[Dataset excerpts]
== Segment start ==

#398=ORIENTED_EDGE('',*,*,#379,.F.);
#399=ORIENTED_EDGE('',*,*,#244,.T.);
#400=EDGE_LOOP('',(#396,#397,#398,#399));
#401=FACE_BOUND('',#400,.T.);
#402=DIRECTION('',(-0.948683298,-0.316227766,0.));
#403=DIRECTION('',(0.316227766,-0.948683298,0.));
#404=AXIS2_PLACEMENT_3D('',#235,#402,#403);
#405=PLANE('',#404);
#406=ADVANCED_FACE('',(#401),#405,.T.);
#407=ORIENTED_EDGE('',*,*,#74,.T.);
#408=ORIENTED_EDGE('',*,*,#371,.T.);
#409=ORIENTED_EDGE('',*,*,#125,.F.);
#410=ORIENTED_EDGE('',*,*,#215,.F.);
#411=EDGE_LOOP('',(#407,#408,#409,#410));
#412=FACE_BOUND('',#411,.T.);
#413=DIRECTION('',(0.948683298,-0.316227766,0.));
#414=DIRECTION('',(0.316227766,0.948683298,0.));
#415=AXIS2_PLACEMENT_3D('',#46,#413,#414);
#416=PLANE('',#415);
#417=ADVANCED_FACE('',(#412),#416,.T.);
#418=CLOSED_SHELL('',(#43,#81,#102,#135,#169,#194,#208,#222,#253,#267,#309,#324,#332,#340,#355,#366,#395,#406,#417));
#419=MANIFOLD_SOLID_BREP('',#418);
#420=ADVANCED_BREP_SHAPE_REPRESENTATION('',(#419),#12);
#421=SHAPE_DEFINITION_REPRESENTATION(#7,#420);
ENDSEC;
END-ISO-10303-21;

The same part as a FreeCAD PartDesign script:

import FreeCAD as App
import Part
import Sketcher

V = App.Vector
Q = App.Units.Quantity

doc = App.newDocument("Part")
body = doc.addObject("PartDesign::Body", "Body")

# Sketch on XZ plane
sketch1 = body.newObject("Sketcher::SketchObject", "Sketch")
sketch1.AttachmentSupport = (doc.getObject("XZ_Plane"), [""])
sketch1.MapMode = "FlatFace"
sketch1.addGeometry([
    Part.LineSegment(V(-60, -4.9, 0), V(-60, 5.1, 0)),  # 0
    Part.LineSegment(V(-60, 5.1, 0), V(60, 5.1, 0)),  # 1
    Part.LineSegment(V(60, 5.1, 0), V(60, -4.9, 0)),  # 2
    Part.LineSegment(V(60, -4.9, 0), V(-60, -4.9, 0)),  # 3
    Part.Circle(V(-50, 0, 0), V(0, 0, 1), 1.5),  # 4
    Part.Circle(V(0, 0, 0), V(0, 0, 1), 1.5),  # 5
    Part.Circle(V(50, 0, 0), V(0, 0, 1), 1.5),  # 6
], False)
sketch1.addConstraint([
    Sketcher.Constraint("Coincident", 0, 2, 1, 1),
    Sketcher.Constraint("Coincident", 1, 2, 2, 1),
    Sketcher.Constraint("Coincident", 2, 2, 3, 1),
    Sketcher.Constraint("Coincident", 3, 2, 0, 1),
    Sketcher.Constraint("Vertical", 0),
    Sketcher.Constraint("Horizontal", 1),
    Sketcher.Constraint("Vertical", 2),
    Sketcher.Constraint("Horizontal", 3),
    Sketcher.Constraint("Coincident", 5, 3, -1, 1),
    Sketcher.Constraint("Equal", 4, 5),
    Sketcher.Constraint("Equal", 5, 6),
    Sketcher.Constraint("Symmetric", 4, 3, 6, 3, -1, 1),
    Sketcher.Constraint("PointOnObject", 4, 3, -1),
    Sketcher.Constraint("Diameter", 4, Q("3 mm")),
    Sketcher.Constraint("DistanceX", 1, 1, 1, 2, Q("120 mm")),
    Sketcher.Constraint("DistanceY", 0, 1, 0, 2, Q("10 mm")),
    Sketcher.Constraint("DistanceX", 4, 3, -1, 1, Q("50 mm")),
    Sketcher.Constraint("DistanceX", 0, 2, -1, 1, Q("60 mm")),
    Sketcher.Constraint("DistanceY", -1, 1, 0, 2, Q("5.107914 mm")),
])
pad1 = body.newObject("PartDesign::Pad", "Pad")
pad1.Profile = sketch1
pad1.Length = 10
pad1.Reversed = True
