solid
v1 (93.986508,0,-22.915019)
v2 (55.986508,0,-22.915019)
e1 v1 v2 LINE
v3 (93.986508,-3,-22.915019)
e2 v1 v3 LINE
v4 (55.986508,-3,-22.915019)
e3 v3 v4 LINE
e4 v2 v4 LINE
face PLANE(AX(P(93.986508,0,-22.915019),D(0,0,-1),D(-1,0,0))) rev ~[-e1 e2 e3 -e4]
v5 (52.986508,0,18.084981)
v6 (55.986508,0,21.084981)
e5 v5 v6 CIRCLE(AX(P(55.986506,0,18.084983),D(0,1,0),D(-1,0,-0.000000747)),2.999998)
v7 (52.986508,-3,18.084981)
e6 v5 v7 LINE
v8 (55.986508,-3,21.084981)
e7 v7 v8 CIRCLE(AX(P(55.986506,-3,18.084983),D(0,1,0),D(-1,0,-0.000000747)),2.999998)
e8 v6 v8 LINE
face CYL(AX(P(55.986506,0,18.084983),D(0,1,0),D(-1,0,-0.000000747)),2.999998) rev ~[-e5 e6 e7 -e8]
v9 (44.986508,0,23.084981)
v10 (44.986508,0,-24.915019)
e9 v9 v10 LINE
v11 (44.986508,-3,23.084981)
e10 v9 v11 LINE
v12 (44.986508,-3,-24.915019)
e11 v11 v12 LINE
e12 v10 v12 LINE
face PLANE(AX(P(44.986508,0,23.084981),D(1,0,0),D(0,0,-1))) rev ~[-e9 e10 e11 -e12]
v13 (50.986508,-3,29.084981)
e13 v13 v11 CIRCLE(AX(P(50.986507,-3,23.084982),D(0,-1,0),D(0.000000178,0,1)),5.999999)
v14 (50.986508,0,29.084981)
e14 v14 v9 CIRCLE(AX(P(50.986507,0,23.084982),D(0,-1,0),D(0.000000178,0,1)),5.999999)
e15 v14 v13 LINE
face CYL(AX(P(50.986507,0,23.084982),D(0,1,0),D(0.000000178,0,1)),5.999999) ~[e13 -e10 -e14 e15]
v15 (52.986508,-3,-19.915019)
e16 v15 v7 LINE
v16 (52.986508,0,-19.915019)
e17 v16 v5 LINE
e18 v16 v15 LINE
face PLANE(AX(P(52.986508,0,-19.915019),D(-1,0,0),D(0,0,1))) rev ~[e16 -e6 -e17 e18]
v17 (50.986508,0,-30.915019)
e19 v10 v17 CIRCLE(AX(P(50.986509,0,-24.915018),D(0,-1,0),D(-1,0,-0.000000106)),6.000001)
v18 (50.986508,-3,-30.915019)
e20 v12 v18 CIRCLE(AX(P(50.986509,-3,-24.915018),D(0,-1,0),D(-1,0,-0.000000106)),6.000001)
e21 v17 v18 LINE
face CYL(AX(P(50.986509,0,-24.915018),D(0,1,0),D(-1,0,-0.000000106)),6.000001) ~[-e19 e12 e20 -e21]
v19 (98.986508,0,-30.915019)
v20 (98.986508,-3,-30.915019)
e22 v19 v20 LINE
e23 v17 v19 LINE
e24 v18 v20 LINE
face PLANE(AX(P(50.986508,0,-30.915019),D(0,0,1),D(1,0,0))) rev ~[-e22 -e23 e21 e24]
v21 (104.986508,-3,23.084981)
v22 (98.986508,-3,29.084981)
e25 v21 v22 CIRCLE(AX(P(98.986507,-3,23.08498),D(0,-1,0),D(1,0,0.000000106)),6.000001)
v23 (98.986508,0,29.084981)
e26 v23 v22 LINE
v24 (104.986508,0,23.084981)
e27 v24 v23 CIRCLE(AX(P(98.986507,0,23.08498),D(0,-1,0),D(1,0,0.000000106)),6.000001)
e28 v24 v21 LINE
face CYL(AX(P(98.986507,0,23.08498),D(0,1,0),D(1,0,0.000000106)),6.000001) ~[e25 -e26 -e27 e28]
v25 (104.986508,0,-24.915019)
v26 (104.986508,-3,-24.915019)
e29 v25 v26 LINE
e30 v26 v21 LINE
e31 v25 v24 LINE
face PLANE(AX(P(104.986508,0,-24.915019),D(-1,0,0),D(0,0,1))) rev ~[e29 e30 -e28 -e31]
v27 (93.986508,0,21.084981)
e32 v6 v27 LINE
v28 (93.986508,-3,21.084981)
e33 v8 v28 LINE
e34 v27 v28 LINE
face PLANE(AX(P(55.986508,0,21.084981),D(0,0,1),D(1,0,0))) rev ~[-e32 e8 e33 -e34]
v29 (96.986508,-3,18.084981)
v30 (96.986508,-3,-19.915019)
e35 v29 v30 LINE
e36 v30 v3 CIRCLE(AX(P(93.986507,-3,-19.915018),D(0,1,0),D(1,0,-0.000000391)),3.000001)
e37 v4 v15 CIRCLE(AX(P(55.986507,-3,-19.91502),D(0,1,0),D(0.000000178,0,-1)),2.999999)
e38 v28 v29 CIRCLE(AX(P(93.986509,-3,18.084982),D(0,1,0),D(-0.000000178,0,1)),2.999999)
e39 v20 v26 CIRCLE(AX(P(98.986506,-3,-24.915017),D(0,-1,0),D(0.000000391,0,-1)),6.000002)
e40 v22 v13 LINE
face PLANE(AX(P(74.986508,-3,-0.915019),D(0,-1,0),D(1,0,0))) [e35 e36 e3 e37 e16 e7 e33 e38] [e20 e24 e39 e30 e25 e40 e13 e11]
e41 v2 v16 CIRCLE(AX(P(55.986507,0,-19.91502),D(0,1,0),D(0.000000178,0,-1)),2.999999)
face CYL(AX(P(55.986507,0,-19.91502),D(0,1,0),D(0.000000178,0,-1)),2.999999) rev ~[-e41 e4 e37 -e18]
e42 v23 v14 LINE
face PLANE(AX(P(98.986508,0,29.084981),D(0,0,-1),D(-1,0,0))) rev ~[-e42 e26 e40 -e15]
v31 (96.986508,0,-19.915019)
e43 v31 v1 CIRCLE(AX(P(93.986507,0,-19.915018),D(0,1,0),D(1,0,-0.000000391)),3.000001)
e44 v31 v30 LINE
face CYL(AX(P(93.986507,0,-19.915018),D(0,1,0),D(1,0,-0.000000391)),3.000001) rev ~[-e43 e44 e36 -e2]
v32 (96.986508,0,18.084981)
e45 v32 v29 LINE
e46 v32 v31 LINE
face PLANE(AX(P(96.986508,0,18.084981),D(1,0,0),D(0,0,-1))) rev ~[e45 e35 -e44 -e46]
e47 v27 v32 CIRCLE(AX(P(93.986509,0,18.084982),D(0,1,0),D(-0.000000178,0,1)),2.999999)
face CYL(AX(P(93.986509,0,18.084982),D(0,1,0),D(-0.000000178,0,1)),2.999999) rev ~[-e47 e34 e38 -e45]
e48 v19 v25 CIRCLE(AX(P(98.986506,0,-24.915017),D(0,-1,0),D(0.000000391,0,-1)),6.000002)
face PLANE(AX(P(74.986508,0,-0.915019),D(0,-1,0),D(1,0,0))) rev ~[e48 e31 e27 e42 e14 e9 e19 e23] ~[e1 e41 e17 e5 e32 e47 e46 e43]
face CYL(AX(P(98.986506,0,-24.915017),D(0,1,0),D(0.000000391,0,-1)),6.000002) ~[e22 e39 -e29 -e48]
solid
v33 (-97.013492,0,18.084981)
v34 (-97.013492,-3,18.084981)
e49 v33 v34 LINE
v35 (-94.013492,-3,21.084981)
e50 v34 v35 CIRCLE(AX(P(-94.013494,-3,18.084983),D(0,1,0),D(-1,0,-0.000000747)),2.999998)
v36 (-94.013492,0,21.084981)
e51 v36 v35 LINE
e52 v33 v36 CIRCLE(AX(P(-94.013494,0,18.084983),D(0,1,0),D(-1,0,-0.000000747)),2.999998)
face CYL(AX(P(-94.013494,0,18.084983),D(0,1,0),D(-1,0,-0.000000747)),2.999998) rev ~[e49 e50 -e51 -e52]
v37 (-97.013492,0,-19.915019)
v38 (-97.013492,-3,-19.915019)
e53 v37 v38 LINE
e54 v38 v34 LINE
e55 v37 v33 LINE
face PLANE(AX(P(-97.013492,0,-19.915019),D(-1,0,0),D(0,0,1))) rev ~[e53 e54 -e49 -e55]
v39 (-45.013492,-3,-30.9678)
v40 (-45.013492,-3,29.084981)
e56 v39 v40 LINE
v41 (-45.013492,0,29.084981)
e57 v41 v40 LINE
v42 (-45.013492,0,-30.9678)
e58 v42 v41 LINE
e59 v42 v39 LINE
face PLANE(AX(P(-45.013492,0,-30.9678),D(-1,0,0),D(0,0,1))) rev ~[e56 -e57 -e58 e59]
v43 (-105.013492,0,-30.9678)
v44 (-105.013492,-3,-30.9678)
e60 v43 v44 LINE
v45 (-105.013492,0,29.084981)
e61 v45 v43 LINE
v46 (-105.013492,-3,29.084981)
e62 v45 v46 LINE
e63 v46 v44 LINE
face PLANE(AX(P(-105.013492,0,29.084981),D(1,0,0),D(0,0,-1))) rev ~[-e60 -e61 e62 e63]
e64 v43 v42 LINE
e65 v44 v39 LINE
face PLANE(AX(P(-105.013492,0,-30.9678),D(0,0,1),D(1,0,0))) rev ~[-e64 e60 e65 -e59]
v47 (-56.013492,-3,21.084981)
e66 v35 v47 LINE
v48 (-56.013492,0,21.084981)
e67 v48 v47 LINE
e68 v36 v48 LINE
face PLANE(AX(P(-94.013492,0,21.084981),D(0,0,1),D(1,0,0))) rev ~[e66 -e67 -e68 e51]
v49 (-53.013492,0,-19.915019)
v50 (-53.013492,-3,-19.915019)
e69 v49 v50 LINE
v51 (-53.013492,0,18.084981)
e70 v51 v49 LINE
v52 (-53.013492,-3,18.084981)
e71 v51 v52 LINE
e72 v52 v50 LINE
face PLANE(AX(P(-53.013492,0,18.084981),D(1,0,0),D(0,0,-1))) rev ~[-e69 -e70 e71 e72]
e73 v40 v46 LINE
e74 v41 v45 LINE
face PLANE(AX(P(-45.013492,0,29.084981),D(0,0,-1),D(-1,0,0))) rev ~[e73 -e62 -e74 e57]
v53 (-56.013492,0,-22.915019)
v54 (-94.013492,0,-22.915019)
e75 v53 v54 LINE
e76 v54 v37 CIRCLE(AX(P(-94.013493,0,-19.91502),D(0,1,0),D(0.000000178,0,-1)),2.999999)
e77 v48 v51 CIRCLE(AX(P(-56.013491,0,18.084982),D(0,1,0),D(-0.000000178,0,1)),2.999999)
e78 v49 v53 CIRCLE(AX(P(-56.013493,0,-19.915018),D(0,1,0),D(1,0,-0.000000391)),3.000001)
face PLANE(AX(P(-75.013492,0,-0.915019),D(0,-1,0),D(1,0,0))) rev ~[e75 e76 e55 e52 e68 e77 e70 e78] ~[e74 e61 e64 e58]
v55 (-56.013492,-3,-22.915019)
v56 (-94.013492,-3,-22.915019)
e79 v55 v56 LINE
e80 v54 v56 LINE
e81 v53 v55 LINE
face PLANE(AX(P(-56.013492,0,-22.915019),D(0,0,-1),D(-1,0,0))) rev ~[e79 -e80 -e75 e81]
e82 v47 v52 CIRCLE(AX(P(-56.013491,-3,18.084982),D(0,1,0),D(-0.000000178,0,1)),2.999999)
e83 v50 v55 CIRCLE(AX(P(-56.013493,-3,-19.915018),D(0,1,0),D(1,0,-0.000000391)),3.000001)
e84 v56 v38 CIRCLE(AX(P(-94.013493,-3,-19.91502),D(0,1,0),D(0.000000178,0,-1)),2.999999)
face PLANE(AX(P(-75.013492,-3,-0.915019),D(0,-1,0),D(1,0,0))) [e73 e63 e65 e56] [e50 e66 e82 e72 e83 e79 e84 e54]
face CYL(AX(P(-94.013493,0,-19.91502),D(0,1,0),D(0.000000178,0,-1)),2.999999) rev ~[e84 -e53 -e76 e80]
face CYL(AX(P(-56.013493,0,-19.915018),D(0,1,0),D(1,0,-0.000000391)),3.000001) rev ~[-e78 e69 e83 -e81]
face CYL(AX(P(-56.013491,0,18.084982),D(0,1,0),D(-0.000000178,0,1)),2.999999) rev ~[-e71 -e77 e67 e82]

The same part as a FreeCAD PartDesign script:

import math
import FreeCAD as App
import Part
import Sketcher
Q = App.Units.Quantity


def add_polygon(sketch, points):
    """Adds a closed chain of lines whose ends are joined by coincident constraints."""
    first, n = sketch.GeometryCount, len(points)
    for a, b in zip(points, points[1:] + points[:1]):
        sketch.addGeometry(Part.LineSegment(App.Vector(*a, 0), App.Vector(*b, 0)), False)
    for i in range(n):
        sketch.addConstraint(Sketcher.Constraint("Coincident", first + i, 2, first + (i + 1) % n, 1))

doc = App.newDocument("Part")
body = doc.addObject("PartDesign::Body", "Body")
body.AllowCompound = True

sketch1 = body.newObject("Sketcher::SketchObject", "Sketch")
sketch1.AttachmentSupport = (doc.getObject("XZ_Plane"), [""])
sketch1.MapMode = "FlatFace"
sketch1.addGeometry(Part.LineSegment(App.Vector(99, 29.1, 0), App.Vector(51, 29.1, 0)), False)
sketch1.addGeometry(Part.ArcOfCircle(Part.Circle(App.Vector(51, 23.1, 0), App.Vector(0, 0, 1), 6), math.radians(90), math.radians(180)), False)
sketch1.addGeometry(Part.LineSegment(App.Vector(45, 23.1, 0), App.Vector(45, -24.9, 0)), False)
sketch1.addGeometry(Part.ArcOfCircle(Part.Circle(App.Vector(51, -24.9, 0), App.Vector(0, 0, 1), 6), math.radians(-180), math.radians(-90)), False)
sketch1.addGeometry(Part.LineSegment(App.Vector(51, -30.9, 0), App.Vector(99, -30.9, 0)), False)
sketch1.addGeometry(Part.ArcOfCircle(Part.Circle(App.Vector(99, -24.9, 0), App.Vector(0, 0, 1), 6), math.radians(-90), math.radians(0)), False)
sketch1.addGeometry(Part.LineSegment(App.Vector(105, -24.9, 0), App.Vector(105, 23.1, 0)), False)
sketch1.addGeometry(Part.ArcOfCircle(Part.Circle(App.Vector(99, 23.1, 0), App.Vector(0, 0, 1), 6), math.radians(0), math.radians(90)), False)
sketch1.addGeometry(Part.LineSegment(App.Vector(53, -19.9, 0), App.Vector(53, 18.1, 0)), False)
sketch1.addGeometry(Part.ArcOfCircle(Part.Circle(App.Vector(56, 18.1, 0), App.Vector(0, 0, 1), 3), math.radians(90), math.radians(180)), False)
sketch1.addGeometry(Part.LineSegment(App.Vector(56, 21.1, 0), App.Vector(94, 21.1, 0)), False)
sketch1.addGeometry(Part.ArcOfCircle(Part.Circle(App.Vector(94, 18.1, 0), App.Vector(0, 0, 1), 3), math.radians(0), math.radians(90)), False)
sketch1.addGeometry(Part.LineSegment(App.Vector(97, 18.1, 0), App.Vector(97, -19.9, 0)), False)
sketch1.addGeometry(Part.ArcOfCircle(Part.Circle(App.Vector(94, -19.9, 0), App.Vector(0, 0, 1), 3), math.radians(-90), math.radians(0)), False)
sketch1.addGeometry(Part.LineSegment(App.Vector(94, -22.9, 0), App.Vector(56, -22.9, 0)), False)
sketch1.addGeometry(Part.ArcOfCircle(Part.Circle(App.Vector(56, -19.9, 0), App.Vector(0, 0, 1), 3), math.radians(180), math.radians(270)), False)
add_polygon(sketch1, [(-105, 29.1), (-105, -31), (-45, -31), (-45, 29.1)])
sketch1.addGeometry(Part.ArcOfCircle(Part.Circle(App.Vector(-94, 18.1, 0), App.Vector(0, 0, 1), 3), math.radians(90), math.radians(180)), False)
sketch1.addGeometry(Part.LineSegment(App.Vector(-94, 21.1, 0), App.Vector(-56, 21.1, 0)), False)
sketch1.addGeometry(Part.ArcOfCircle(Part.Circle(App.Vector(-56, 18.1, 0), App.Vector(0, 0, 1), 3), math.radians(0), math.radians(90)), False)
sketch1.addGeometry(Part.LineSegment(App.Vector(-53, 18.1, 0), App.Vector(-53, -19.9, 0)), False)
sketch1.addGeometry(Part.ArcOfCircle(Part.Circle(App.Vector(-56, -19.9, 0), App.Vector(0, 0, 1), 3), math.radians(-90), math.radians(0)), False)
sketch1.addGeometry(Part.LineSegment(App.Vector(-56, -22.9, 0), App.Vector(-94, -22.9, 0)), False)
sketch1.addGeometry(Part.ArcOfCircle(Part.Circle(App.Vector(-94, -19.9, 0), App.Vector(0, 0, 1), 3), math.radians(180), math.radians(270)), False)
sketch1.addGeometry(Part.LineSegment(App.Vector(-97, -19.9, 0), App.Vector(-97, 18.1, 0)), False)
sketch1.addConstraint(Sketcher.Constraint("Tangent", 0, 2, 1, 1))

== Segment end ==

## What you are asked to do
Could you set down, word for word, only the lines above from the line with "face PLANE(AX(P(44.986508,0,23.084981),D(1,0,0),D(0,0,-1))) rev" to the line with "v17 (50.986508,0,-30.915019)", including both?

## Your solution
face PLANE(AX(P(44.986508,0,23.084981),D(1,0,0),D(0,0,-1))) rev ~[-e9 e10 e11 -e12]
v13 (50.986508,-3,29.084981)
e13 v13 v11 CIRCLE(AX(P(50.986507,-3,23.084982),D(0,-1,0),D(0.000000178,0,1)),5.999999)
v14 (50.986508,0,29.084981)
e14 v14 v9 CIRCLE(AX(P(50.986507,0,23.084982),D(0,-1,0),D(0.000000178,0,1)),5.999999)
e15 v14 v13 LINE
face CYL(AX(P(50.986507,0,23.084982),D(0,1,0),D(0.000000178,0,1)),5.999999) ~[e13 -e10 -e14 e15]
v15 (52.986508,-3,-19.915019)
e16 v15 v7 LINE
v16 (52.986508,0,-19.915019)
e17 v16 v5 LINE
e18 v16 v15 LINE
face PLANE(AX(P(52.986508,0,-19.915019),D(-1,0,0),D(0,0,1))) rev ~[e16 -e6 -e17 e18]
v17 (50.986508,0,-30.915019)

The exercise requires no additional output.